TASK OBJECTIVE » Among the entries below, one line contains "e7 v8 v7 LINE" and another contains "e21 v16 v5 LINE". Transcribe those two lines and every line between them, exactly.
STUDY MATERIAL START
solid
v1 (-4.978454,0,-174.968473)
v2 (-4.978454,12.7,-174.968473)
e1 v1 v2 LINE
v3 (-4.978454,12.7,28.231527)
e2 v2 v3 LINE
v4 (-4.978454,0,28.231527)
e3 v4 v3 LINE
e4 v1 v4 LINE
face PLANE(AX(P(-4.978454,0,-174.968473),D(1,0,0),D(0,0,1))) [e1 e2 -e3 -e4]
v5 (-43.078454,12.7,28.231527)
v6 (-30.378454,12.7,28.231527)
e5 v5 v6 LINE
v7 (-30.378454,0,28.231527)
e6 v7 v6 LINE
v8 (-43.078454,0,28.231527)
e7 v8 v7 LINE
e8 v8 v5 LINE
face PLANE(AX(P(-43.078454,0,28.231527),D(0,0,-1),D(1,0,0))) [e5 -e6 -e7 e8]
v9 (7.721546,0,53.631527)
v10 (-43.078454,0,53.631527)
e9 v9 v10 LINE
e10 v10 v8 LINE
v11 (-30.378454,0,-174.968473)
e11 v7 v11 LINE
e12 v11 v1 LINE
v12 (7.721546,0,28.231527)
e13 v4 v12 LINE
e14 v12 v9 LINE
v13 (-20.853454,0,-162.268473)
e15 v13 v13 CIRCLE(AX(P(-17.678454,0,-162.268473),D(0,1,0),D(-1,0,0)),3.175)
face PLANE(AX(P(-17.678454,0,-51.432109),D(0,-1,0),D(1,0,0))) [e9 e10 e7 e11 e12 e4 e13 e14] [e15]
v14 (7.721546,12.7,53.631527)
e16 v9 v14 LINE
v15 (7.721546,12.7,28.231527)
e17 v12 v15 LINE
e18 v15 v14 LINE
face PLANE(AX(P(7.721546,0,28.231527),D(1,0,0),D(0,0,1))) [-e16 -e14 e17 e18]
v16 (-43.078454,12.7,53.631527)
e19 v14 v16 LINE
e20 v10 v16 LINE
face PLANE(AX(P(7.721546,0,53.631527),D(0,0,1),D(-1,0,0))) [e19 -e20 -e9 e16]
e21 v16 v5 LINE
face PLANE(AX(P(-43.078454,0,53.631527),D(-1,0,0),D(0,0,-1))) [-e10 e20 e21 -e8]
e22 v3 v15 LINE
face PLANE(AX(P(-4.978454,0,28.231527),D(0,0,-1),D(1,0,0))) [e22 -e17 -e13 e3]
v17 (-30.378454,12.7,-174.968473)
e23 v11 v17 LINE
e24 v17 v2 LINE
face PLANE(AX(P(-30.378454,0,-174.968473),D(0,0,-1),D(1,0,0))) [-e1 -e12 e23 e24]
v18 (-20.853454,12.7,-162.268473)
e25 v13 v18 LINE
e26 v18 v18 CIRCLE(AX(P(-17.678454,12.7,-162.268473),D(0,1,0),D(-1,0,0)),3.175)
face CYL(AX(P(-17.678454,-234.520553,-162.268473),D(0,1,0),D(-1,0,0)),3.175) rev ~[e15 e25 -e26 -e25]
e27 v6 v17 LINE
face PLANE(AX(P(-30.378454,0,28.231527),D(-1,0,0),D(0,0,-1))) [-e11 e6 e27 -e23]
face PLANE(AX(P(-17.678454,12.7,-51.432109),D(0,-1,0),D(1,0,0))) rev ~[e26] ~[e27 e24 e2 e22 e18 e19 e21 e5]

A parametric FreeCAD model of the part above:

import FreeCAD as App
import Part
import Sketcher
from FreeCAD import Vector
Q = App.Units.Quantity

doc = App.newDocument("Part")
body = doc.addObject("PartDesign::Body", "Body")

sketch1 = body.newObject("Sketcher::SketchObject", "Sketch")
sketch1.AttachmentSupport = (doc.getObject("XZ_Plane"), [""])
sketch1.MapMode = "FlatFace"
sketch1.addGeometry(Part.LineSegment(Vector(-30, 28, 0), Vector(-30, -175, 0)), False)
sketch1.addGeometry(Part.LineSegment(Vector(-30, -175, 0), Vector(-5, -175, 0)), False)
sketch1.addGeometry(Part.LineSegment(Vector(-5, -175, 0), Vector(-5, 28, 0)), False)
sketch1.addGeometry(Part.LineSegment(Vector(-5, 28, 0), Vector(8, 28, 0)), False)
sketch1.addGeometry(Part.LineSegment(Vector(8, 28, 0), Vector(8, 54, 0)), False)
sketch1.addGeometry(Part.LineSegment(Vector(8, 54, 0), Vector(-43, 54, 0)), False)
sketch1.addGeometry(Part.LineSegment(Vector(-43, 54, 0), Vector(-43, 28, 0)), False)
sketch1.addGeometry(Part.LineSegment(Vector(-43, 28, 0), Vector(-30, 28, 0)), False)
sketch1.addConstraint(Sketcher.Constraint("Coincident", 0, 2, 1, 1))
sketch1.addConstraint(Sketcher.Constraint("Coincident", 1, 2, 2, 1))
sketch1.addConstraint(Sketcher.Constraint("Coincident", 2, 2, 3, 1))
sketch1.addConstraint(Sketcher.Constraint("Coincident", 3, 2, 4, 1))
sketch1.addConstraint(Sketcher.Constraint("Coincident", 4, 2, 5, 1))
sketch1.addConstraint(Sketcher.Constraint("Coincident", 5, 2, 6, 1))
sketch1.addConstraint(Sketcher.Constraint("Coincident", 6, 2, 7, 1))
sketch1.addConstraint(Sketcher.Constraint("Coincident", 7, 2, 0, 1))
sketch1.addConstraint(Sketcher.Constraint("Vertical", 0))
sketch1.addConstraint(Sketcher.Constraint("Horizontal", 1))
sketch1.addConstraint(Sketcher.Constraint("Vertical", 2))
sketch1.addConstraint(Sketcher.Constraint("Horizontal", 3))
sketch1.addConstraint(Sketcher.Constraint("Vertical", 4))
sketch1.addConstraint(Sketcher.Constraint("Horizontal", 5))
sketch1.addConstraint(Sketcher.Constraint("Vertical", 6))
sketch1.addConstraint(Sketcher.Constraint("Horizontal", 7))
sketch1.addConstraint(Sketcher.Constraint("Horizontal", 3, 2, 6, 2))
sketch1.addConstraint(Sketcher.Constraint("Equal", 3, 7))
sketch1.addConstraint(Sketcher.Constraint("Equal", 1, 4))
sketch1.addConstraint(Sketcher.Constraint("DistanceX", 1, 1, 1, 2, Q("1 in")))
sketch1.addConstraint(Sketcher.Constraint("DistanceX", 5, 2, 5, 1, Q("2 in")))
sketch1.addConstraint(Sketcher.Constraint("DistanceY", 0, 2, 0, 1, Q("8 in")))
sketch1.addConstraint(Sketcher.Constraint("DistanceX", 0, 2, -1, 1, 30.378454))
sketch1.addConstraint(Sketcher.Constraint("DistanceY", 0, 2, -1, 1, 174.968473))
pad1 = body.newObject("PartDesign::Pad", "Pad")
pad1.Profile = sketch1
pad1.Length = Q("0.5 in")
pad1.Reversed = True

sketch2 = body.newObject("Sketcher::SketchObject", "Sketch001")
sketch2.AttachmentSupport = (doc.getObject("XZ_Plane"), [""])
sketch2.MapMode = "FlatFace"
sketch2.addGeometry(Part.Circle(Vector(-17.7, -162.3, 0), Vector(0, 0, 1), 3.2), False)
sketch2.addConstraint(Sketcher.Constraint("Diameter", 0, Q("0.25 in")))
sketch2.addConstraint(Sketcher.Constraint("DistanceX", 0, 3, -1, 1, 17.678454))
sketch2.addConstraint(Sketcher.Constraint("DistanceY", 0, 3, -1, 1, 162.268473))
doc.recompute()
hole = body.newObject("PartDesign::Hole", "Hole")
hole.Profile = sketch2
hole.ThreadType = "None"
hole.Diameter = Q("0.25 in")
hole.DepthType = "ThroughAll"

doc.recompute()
STUDY MATERIAL END
RESPONSE AREA »
e7 v8 v7 LINE
e8 v8 v5 LINE
face PLANE(AX(P(-43.078454,0,28.231527),D(0,0,-1),D(1,0,0))) [e5 -e6 -e7 e8]
v9 (7.721546,0,53.631527)
v10 (-43.078454,0,53.631527)
e9 v9 v10 LINE
e10 v10 v8 LINE
v11 (-30.378454,0,-174.968473)
e11 v7 v11 LINE
e12 v11 v1 LINE
v12 (7.721546,0,28.231527)
e13 v4 v12 LINE
e14 v12 v9 LINE
v13 (-20.853454,0,-162.268473)
e15 v13 v13 CIRCLE(AX(P(-17.678454,0,-162.268473),D(0,1,0),D(-1,0,0)),3.175)
face PLANE(AX(P(-17.678454,0,-51.432109),D(0,-1,0),D(1,0,0))) [e9 e10 e7 e11 e12 e4 e13 e14] [e15]
v14 (7.721546,12.7,53.631527)
e16 v9 v14 LINE
v15 (7.721546,12.7,28.231527)
e17 v12 v15 LINE
e18 v15 v14 LINE
face PLANE(AX(P(7.721546,0,28.231527),D(1,0,0),D(0,0,1))) [-e16 -e14 e17 e18]
v16 (-43.078454,12.7,53.631527)
e19 v14 v16 LINE
e20 v10 v16 LINE
face PLANE(AX(P(7.721546,0,53.631527),D(0,0,1),D(-1,0,0))) [e19 -e20 -e9 e16]
e21 v16 v5 LINE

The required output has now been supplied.